Буквально на следующий день по центральной улице, мимо горкома, горсовета и редакции газеты прошла маршем группа спортивных молодых людей в косухах и берцах, с очень короткими прическами и необыкновенно патриотическим выражением лица. В руках мальчики несли плакаты. На плакатах было выведено: «Руки прочь от нашего Додика Мильмана!». Картина маслом…
Тут уже изумился весь город. Причем так сильно, что дело против Мильмана мгновенно рассосалось без следа. И вообще, согласно новой официальной версии событий, того выпуска газеты просто не было. Померещился. Юг, жара – бывает. Оно и понятно: чем еще, кроме всеобщего перегрева, можно объяснить «Русский марш» в защиту еврея, обвиненного в антисемитизме!
И только писатель тихонько гордился собой, Додик Мильман подумывал об эмиграции, да братва из общества «Память» пару дней задумчиво чесала бритые головы…
Неблагодарная
Жил-был один коренной одессит. Звали его, допустим, Жорой (хоть это и не важно). Жора был человек экономный. В советские времена он обитал в типичной одесской коммуналке. Экономность его регулярно страдала по милости соседей, поэтому он, к примеру, нумеровал карандашиком яйца, которые складывал в холодильник на общей кухне. Но это тоже не очень важно.
У Жоры был приятель из Москвы (допустим, Андрей), который иногда заезжал к нему во время одесских командировок. И вот однажды Андрей застал Жору в серьезных и даже мучительных раздумьях деликатно-интимного свойства. Под коньяк раздумья были озвучены и подвергнуты тщательному мужскому разбору.

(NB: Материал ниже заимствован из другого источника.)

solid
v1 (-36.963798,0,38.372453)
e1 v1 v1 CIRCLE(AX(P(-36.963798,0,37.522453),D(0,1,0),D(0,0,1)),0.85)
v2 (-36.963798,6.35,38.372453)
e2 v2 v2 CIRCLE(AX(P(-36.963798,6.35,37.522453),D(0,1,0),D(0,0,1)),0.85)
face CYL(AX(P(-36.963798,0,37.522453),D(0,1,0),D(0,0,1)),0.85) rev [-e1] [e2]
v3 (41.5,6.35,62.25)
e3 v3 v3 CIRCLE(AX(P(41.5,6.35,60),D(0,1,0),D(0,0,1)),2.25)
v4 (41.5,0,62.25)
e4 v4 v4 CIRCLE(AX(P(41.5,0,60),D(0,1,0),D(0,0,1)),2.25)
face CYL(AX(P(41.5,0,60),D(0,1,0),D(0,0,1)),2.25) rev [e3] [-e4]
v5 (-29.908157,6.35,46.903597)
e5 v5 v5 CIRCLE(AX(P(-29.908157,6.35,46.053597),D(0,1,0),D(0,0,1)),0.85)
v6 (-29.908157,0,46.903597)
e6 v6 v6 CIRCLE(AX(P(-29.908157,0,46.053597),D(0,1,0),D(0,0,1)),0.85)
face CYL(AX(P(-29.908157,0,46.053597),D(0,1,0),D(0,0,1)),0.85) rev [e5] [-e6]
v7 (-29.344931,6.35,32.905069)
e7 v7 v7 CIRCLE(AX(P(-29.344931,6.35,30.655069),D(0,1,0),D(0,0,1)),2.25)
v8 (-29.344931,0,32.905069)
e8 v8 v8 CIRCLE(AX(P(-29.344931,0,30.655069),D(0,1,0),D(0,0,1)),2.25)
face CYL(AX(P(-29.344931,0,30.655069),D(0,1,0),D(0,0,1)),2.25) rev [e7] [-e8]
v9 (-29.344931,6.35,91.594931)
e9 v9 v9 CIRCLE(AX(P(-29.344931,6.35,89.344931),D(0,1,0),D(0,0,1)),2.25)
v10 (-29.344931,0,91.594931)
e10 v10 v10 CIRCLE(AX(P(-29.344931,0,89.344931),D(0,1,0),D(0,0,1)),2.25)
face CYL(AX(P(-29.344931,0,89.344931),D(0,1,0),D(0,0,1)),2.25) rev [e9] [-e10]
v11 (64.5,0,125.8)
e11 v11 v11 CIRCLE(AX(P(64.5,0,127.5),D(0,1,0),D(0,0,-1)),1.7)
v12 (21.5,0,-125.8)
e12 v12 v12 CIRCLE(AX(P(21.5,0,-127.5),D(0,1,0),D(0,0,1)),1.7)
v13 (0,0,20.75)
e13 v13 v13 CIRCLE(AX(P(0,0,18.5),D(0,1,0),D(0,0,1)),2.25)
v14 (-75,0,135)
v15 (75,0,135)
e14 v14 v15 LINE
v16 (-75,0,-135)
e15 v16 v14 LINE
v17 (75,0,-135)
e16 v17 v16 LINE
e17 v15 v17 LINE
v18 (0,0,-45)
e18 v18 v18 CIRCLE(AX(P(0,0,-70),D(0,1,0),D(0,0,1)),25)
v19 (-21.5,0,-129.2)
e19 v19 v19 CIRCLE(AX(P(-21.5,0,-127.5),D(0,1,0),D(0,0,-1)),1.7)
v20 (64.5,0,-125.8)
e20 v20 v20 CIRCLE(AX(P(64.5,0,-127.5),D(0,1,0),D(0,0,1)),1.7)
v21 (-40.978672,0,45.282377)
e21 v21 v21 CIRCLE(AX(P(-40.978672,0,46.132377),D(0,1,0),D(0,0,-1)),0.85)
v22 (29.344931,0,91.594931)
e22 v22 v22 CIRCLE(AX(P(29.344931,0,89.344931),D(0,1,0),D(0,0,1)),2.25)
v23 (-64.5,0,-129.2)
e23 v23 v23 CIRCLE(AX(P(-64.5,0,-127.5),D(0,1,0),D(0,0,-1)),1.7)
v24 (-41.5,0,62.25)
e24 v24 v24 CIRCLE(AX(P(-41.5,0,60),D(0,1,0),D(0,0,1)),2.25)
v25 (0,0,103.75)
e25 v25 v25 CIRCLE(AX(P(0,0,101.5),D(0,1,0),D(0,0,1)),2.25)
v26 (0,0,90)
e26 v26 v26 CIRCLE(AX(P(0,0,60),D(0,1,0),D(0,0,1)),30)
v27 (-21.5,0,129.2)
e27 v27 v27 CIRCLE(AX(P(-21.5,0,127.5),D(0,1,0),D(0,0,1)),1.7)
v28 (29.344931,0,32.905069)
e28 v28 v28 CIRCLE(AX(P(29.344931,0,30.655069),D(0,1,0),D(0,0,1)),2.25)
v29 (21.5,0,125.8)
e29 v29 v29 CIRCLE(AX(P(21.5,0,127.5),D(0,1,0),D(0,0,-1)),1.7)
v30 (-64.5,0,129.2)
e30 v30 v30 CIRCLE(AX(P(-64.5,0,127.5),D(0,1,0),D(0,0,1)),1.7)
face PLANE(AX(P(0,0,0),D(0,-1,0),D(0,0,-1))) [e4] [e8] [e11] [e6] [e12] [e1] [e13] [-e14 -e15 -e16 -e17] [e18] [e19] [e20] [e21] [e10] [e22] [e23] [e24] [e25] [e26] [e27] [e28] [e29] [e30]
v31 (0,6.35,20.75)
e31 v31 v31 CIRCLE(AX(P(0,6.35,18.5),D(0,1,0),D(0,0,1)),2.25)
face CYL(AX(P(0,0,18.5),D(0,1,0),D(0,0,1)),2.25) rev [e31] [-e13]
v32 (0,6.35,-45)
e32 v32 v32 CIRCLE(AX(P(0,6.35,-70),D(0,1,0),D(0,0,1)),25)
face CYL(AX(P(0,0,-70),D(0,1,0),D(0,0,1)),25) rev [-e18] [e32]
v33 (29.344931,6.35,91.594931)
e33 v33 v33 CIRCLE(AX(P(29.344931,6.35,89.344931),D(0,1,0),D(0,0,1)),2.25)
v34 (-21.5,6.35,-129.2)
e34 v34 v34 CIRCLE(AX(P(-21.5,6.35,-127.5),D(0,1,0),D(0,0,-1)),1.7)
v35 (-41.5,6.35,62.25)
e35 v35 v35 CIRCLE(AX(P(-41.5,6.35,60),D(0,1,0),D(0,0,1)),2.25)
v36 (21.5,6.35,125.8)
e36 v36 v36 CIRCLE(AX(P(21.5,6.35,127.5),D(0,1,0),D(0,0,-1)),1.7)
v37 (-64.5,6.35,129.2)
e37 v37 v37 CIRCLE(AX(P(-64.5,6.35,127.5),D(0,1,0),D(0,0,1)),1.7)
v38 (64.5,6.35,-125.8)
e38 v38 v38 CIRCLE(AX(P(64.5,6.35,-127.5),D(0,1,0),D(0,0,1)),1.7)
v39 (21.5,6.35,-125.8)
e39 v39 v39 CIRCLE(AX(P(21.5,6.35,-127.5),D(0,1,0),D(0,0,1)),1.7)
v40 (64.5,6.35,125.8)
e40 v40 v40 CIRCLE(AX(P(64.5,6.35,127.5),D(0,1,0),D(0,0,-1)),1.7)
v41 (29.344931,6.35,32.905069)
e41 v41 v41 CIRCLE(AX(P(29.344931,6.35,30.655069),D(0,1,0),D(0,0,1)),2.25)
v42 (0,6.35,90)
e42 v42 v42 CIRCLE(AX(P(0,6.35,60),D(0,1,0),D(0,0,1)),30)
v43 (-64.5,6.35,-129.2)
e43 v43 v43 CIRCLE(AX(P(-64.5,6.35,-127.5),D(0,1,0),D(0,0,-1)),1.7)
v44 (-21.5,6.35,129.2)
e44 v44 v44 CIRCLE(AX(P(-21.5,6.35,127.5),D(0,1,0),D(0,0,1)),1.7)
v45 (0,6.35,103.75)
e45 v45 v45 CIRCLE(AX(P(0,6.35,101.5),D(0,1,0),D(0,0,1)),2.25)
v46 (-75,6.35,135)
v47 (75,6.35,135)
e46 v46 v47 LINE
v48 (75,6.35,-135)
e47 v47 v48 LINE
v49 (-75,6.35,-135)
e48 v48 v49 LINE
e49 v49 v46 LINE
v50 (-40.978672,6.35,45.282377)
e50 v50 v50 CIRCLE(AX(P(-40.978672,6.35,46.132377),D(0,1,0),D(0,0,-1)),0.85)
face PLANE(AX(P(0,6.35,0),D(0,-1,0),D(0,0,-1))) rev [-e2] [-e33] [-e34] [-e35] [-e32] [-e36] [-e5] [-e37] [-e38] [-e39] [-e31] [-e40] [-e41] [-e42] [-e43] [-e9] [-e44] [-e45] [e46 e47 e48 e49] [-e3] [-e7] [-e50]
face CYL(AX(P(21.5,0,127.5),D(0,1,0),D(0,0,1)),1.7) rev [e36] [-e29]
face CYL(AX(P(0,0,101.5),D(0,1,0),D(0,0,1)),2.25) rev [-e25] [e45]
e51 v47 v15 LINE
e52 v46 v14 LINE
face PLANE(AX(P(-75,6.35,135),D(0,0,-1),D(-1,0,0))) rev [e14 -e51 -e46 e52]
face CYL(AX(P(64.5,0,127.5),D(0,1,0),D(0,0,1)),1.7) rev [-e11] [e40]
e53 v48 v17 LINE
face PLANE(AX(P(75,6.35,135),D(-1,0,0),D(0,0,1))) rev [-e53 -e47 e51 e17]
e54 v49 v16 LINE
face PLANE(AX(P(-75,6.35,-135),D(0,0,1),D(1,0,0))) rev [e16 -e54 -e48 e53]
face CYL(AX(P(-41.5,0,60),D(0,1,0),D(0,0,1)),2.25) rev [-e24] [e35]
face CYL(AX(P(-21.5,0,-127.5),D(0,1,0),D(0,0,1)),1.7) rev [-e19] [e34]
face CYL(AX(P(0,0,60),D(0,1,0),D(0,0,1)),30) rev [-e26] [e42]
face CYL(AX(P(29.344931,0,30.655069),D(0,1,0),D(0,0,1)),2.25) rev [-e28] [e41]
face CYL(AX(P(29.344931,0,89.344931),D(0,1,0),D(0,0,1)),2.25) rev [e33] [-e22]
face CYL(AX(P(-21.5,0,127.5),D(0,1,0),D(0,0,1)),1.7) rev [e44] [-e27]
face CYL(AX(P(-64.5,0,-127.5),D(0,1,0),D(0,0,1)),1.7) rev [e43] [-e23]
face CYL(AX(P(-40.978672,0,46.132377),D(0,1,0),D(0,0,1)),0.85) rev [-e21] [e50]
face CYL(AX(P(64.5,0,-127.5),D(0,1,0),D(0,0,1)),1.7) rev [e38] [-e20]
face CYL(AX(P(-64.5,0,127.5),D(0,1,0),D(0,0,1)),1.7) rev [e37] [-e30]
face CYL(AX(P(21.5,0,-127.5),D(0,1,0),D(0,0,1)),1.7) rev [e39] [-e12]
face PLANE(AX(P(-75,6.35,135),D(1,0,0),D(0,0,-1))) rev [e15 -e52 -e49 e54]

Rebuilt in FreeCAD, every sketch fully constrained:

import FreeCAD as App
import Part
import Sketcher
from FreeCAD import Vector
Q = App.Units.Quantity


def add_polygon(sketch, points):
    """Adds a closed chain of lines whose ends are joined by coincident constraints."""
    first, n = sketch.GeometryCount, len(points)
    for a, b in zip(points, points[1:] + points[:1]):
        sketch.addGeometry(Part.LineSegment(App.Vector(*a, 0), App.Vector(*b, 0)), False)
    for i in range(n):
        sketch.addConstraint(Sketcher.Constraint("Coincident", first + i, 2, first + (i + 1) % n, 1))

doc = App.newDocument("Part")
body = doc.addObject("PartDesign::Body", "Body")

sketch1 = doc.addObject("Sketcher::SketchObject", "Sketch")
body.addObject(sketch1)
sketch1.AttachmentSupport = (doc.XZ_Plane, [""])
sketch1.MapMode = "FlatFace"
add_polygon(sketch1, [(-75, -135), (-75, 135), (75, 135), (75, -135)])
sketch1.addConstraint([
    Sketcher.Constraint("Vertical", 0),
    Sketcher.Constraint("Horizontal", 1),
    Sketcher.Constraint("Vertical", 2),
    Sketcher.Constraint("Horizontal", 3),
    Sketcher.Constraint("Symmetric", 0, 2, 2, 2, -1, 1),
    Sketcher.Constraint("DistanceX", 1, 1, 1, 2, Q("150 mm")),
    Sketcher.Constraint("DistanceY", 0, 1, 0, 2, Q("270 mm")),
])
pad1 = doc.addObject("PartDesign::Pad", "Pad")
body.addObject(pad1)
pad1.Profile = sketch1
pad1.Length = 6.35
pad1.Reversed = True

sketch2 = doc.addObject("Sketcher::SketchObject", "Sketch001")
body.addObject(sketch2)
sketch2.AttachmentSupport = (doc.XZ_Plane, [""])
sketch2.MapMode = "FlatFace"
sketch2.AttachmentOffset = App.Placement(Vector(0, 0, -6.35), App.Rotation())
sketch2.addGeometry([
    Part.Circle(Vector(0, 18.5, 0), Vector(0, 0, 1), 2.2),
    Part.Circle(Vector(29.3, 30.7, 0), Vector(0, 0, 1), 2.2),
    Part.Circle(Vector(41.5, 60, 0), Vector(0, 0, 1), 2.2),
    Part.Circle(Vector(29.3, 89.3, 0), Vector(0, 0, 1), 2.2),
    Part.Circle(Vector(0, 101.5, 0), Vector(0, 0, 1), 2.2),
    Part.Circle(Vector(-29.3, 89.3, 0), Vector(0, 0, 1), 2.2),
    Part.Circle(Vector(-41.5, 60, 0), Vector(0, 0, 1), 2.2),
    Part.Circle(Vector(-29.3, 30.7, 0), Vector(0, 0, 1), 2.2),
    Part.Circle(Vector(0, 60, 0), Vector(0, 0, 1), 30),
], False)
sketch2.addConstraint([
    Sketcher.Constraint("Equal", 0, 1),
    Sketcher.Constraint("Equal", 1, 2),
    Sketcher.Constraint("Equal", 2, 3),
    Sketcher.Constraint("Equal", 3, 4),
    Sketcher.Constraint("Equal", 4, 5),
    Sketcher.Constraint("Equal", 5, 6),
    Sketcher.Constraint("Equal", 6, 7),
    Sketcher.Constraint("Symmetric", 3, 3, 5, 3, -2),
    Sketcher.Constraint("Symmetric", 2, 3, 6, 3, -2),
    Sketcher.Constraint("Symmetric", 1, 3, 7, 3, -2),
    Sketcher.Constraint("PointOnObject", 0, 3, -2),
    Sketcher.Constraint("PointOnObject", 4, 3, -2),
    Sketcher.Constraint("PointOnObject", 8, 3, -2),
    Sketcher.Constraint("Horizontal", 6, 3, 8, 3),
    Sketcher.Constraint("Vertical", 1, 3, 3, 3),
    Sketcher.Constraint("Diameter", 8, Q("60 mm")),
    Sketcher.Constraint("Diameter", 0, Q("4.5 mm")),
    Sketcher.Constraint("DistanceY", -1, 1, 2, 3, Q("60 mm")),
    Sketcher.Constraint("DistanceY", 0, 3, 4, 3, Q("83 mm")),
    Sketcher.Constraint("DistanceY", -1, 1, 0, 3, Q("18.5 mm")),
    Sketcher.Constraint("DistanceX", -1, 1, 2, 3, Q("41.5 mm")),
    Sketcher.Constraint("DistanceX", -1, 1, 1, 3, Q("29.344931 mm")),
    Sketcher.Constraint("DistanceY", -1, 1, 1, 3, Q("30.655069 mm")),
    Sketcher.Constraint("DistanceY", -1, 1, 3, 3, Q("89.344931 mm")),
])
pocket1 = doc.addObject("PartDesign::Pocket", "Pocket")
body.addObject(pocket1)
pocket1.Profile = sketch2
pocket1.Type = "ThroughAll"
pocket1.Reversed = True

sketch3 = doc.addObject("Sketcher::SketchObject", "Sketch002")
body.addObject(sketch3)
sketch3.AttachmentSupport = (doc.XZ_Plane, [""])
sketch3.MapMode = "FlatFace"
sketch3.AttachmentOffset = App.Placement(Vector(0, 0, -6.35), App.Rotation())
sketch3.addGeometry([
    Part.Circle(Vector(-37, 37.5, 0), Vector(0, 0, 1), 0.8),
    Part.Circle(Vector(-41, 46.1, 0), Vector(0, 0, 1), 0.8),
    Part.Circle(Vector(-29.9, 46.1, 0), Vector(0, 0, 1), 0.8),
], False)
sketch3.addConstraint([
    Sketcher.Constraint("Equal", 0, 1),
    Sketcher.Constraint("Equal", 1, 2),
    Sketcher.Constraint("Diameter", 0, Q("1.7 mm")),
    Sketcher.Constraint("DistanceX", 0, 3, -1, 1, Q("36.963798 mm")),
    Sketcher.Constraint("DistanceX", 1, 3, -1, 1, Q("40.978672 mm")),
    Sketcher.Constraint("DistanceX", 0, 3, 2, 3, Q("7.055641 mm")),
    Sketcher.Constraint("DistanceY", 2, 3, 1, 3, Q("0.078779 mm")),
    Sketcher.Constraint("DistanceY", -1, 1, 0, 3, Q("37.522453 mm")),
    Sketcher.Constraint("DistanceY", -1, 1, 1, 3, Q("46.132377 mm")),
])
pocket2 = doc.addObject("PartDesign::Pocket", "Pocket001")
body.addObject(pocket2)
pocket2.Profile = sketch3
pocket2.Type = "ThroughAll"
pocket2.Reversed = True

История вырисовывалась такая: у Жоры случился краткий роман с некоей дамой (допустим, Мариной). Роман неожиданно и довольно резко оборвался – по Жориной версии, из-за чрезмерного легкомыслия дамы. Друг Андрей, правда, заподозрил иной вариант: что прелестная Марина не вынесла Жориной экономности. Но эту версию он деликатно оставил при себе. Однако настоящая трагедия была не в самом разрыве, а в одном отягчающем его обстоятельстве. Жора как-то одолжил Марине 50 рублей, затем Марина ушла, а долг остался. Жора очень страдал, но не знал, как потребовать деньги обратно. При всей своей экономности он чувствовал, что это будет как-то… не по-гусарски. Но по полтиннику скучал до боли. Вот с такой дилеммой: требовать или не требовать – он и обратился к Андрею.